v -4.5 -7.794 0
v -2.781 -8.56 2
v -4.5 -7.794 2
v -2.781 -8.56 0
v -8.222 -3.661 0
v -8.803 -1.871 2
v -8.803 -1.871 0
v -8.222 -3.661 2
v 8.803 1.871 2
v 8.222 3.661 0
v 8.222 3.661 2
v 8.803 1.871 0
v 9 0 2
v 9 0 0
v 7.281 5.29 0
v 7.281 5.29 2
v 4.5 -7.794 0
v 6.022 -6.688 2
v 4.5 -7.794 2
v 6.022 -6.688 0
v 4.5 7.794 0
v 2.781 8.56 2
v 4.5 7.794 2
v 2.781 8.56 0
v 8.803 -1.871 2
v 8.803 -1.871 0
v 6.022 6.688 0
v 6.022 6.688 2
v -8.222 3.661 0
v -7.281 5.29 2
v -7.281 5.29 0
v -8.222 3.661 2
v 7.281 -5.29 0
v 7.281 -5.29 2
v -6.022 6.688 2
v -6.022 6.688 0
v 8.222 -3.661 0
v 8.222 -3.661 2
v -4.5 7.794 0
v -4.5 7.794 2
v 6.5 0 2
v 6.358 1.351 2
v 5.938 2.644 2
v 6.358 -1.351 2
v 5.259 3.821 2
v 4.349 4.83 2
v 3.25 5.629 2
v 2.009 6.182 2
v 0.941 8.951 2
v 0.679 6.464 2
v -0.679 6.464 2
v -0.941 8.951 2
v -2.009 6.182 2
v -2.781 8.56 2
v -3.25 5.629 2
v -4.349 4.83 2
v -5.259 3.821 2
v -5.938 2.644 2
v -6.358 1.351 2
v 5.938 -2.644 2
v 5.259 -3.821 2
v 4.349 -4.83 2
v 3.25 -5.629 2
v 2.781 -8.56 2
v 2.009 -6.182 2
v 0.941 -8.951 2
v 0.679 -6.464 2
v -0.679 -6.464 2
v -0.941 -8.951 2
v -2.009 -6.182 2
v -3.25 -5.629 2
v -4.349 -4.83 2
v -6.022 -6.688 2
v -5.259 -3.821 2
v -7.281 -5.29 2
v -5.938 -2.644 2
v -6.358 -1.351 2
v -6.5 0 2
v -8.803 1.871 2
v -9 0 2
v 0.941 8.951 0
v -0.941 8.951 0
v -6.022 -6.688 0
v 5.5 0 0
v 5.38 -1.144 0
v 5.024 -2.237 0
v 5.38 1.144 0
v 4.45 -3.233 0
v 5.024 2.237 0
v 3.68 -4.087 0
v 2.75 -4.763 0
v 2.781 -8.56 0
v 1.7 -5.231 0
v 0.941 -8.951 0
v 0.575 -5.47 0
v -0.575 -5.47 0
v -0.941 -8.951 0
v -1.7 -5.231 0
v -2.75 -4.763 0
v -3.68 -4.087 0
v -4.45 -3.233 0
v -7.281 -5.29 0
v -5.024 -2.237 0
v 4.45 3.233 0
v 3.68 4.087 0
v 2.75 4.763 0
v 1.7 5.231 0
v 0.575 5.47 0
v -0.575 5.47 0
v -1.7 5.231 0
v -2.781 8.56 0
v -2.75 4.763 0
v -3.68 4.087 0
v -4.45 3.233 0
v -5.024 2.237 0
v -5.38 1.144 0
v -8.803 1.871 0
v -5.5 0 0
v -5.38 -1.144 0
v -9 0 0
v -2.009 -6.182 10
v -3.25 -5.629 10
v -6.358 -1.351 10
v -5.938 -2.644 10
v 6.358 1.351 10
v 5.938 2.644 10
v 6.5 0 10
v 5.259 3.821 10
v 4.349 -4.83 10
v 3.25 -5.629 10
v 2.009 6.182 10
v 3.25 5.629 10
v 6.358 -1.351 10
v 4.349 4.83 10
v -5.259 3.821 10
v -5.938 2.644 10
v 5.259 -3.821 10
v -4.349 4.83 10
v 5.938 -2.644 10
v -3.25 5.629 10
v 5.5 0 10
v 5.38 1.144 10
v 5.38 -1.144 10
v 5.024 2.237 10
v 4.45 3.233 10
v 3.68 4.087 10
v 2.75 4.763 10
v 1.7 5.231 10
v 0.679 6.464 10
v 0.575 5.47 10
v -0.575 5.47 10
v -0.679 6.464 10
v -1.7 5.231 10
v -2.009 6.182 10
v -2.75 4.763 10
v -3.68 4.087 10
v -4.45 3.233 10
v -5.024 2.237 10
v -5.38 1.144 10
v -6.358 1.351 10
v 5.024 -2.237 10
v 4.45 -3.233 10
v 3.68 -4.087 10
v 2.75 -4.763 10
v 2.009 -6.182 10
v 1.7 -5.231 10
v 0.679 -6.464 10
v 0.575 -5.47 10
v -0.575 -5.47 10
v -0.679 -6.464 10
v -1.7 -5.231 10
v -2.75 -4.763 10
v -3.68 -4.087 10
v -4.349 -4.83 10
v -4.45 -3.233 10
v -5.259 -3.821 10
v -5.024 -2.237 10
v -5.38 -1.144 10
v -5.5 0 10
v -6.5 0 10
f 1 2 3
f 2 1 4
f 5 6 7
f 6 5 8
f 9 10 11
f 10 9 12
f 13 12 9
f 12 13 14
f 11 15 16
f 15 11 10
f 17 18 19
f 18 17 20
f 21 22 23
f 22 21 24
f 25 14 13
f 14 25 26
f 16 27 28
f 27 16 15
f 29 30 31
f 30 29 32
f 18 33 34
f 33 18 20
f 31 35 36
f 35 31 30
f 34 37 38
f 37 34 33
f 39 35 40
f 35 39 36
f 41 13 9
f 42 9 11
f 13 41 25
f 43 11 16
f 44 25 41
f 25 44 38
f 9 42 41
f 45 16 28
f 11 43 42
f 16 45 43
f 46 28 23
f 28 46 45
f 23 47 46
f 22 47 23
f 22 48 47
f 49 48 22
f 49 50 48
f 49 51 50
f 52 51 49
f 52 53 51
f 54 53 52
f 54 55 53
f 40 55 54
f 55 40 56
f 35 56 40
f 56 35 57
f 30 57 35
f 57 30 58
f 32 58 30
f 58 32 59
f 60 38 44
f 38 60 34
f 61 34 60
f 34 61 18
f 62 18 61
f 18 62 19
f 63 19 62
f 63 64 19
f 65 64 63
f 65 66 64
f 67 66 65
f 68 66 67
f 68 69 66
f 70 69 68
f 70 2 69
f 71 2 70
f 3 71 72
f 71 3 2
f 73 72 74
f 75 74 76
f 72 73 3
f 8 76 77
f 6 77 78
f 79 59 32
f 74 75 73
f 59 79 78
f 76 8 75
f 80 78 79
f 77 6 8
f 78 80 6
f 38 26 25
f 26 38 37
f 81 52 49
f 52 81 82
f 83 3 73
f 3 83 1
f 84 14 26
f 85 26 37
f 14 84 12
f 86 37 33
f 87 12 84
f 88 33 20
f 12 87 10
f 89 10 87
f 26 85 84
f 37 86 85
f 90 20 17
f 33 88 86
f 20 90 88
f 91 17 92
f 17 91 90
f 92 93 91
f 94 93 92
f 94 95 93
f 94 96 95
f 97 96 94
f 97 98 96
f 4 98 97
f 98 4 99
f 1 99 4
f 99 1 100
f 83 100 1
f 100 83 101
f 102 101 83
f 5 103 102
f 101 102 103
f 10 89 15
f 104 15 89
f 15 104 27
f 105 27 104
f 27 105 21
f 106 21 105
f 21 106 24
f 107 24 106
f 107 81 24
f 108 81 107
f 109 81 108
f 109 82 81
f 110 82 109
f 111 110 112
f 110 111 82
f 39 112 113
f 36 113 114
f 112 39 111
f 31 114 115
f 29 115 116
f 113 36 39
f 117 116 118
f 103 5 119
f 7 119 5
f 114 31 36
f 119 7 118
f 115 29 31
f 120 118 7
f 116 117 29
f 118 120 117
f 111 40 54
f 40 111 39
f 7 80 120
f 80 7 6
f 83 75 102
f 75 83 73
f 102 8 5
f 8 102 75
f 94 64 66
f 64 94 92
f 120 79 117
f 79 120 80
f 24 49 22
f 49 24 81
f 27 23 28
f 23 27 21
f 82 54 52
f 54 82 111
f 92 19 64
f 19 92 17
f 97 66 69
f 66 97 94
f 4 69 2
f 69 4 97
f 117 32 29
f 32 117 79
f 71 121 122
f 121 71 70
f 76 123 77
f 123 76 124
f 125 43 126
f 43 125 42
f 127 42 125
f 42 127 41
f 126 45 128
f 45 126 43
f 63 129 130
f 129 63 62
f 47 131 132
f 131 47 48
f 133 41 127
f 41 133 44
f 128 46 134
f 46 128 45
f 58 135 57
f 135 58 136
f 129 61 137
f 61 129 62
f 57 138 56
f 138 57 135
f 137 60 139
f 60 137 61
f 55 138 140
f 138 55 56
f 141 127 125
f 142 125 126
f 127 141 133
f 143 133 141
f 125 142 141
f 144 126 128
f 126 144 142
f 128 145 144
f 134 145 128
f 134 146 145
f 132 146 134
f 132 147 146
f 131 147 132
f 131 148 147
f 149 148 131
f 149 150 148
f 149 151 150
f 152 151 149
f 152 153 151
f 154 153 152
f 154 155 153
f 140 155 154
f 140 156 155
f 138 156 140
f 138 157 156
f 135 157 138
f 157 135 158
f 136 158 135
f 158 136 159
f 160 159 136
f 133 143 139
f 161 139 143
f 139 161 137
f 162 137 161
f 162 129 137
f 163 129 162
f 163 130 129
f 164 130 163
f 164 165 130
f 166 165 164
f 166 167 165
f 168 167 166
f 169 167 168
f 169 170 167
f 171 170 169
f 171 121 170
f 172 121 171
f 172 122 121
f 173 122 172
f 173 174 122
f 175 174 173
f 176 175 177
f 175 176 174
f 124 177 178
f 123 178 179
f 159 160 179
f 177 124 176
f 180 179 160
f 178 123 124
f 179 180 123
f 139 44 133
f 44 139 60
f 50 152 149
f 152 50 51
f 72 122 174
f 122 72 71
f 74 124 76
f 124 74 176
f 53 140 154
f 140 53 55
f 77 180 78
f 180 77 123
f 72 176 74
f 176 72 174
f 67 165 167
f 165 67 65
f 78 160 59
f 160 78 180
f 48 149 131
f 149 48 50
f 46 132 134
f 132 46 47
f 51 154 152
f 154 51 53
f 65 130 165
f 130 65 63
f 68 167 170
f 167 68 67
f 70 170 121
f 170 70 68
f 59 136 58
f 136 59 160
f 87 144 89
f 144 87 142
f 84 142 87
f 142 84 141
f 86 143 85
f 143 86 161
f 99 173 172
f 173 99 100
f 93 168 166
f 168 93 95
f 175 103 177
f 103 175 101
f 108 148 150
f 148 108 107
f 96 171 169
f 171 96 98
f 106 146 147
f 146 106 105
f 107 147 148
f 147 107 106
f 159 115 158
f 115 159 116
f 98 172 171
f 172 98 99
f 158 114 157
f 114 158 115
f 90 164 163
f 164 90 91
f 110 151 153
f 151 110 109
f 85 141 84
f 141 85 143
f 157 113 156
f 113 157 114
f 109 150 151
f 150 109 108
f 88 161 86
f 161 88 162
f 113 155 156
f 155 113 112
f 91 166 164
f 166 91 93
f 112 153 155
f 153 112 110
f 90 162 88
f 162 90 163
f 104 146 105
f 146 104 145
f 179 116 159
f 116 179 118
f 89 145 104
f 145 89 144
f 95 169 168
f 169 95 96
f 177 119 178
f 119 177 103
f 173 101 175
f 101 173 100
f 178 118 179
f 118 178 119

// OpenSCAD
BNC_DIA = 11;
GROMMET_DIA = 13;
GROMMET_LENGTH = 10;
FLANGE_DIA = 18;
FLANGE_THICKNESS = 2;

$fn = 30;

difference() {
  union() {
    cylinder(d = FLANGE_DIA, h = FLANGE_THICKNESS);
    cylinder(d = GROMMET_DIA, h = GROMMET_LENGTH);
  }

  cylinder(d = BNC_DIA, h = GROMMET_LENGTH);
}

__________

Instructions for the task:
Print only the lines that run from the start of the listing to the line bearing "v -2.781 8.56 2"; please keep the first line and that last one, exactly as they appear.

Written solution:
v -4.5 -7.794 0
v -2.781 -8.56 2
v -4.5 -7.794 2
v -2.781 -8.56 0
v -8.222 -3.661 0
v -8.803 -1.871 2
v -8.803 -1.871 0
v -8.222 -3.661 2
v 8.803 1.871 2
v 8.222 3.661 0
v 8.222 3.661 2
v 8.803 1.871 0
v 9 0 2
v 9 0 0
v 7.281 5.29 0
v 7.281 5.29 2
v 4.5 -7.794 0
v 6.022 -6.688 2
v 4.5 -7.794 2
v 6.022 -6.688 0
v 4.5 7.794 0
v 2.781 8.56 2
v 4.5 7.794 2
v 2.781 8.56 0
v 8.803 -1.871 2
v 8.803 -1.871 0
v 6.022 6.688 0
v 6.022 6.688 2
v -8.222 3.661 0
v -7.281 5.29 2
v -7.281 5.29 0
v -8.222 3.661 2
v 7.281 -5.29 0
v 7.281 -5.29 2
v -6.022 6.688 2
v -6.022 6.688 0
v 8.222 -3.661 0
v 8.222 -3.661 2
v -4.5 7.794 0
v -4.5 7.794 2
v 6.5 0 2
v 6.358 1.351 2
v 5.938 2.644 2
v 6.358 -1.351 2
v 5.259 3.821 2
v 4.349 4.83 2
v 3.25 5.629 2
v 2.009 6.182 2
v 0.941 8.951 2
v 0.679 6.464 2
v -0.679 6.464 2
v -0.941 8.951 2
v -2.009 6.182 2
v -2.781 8.56 2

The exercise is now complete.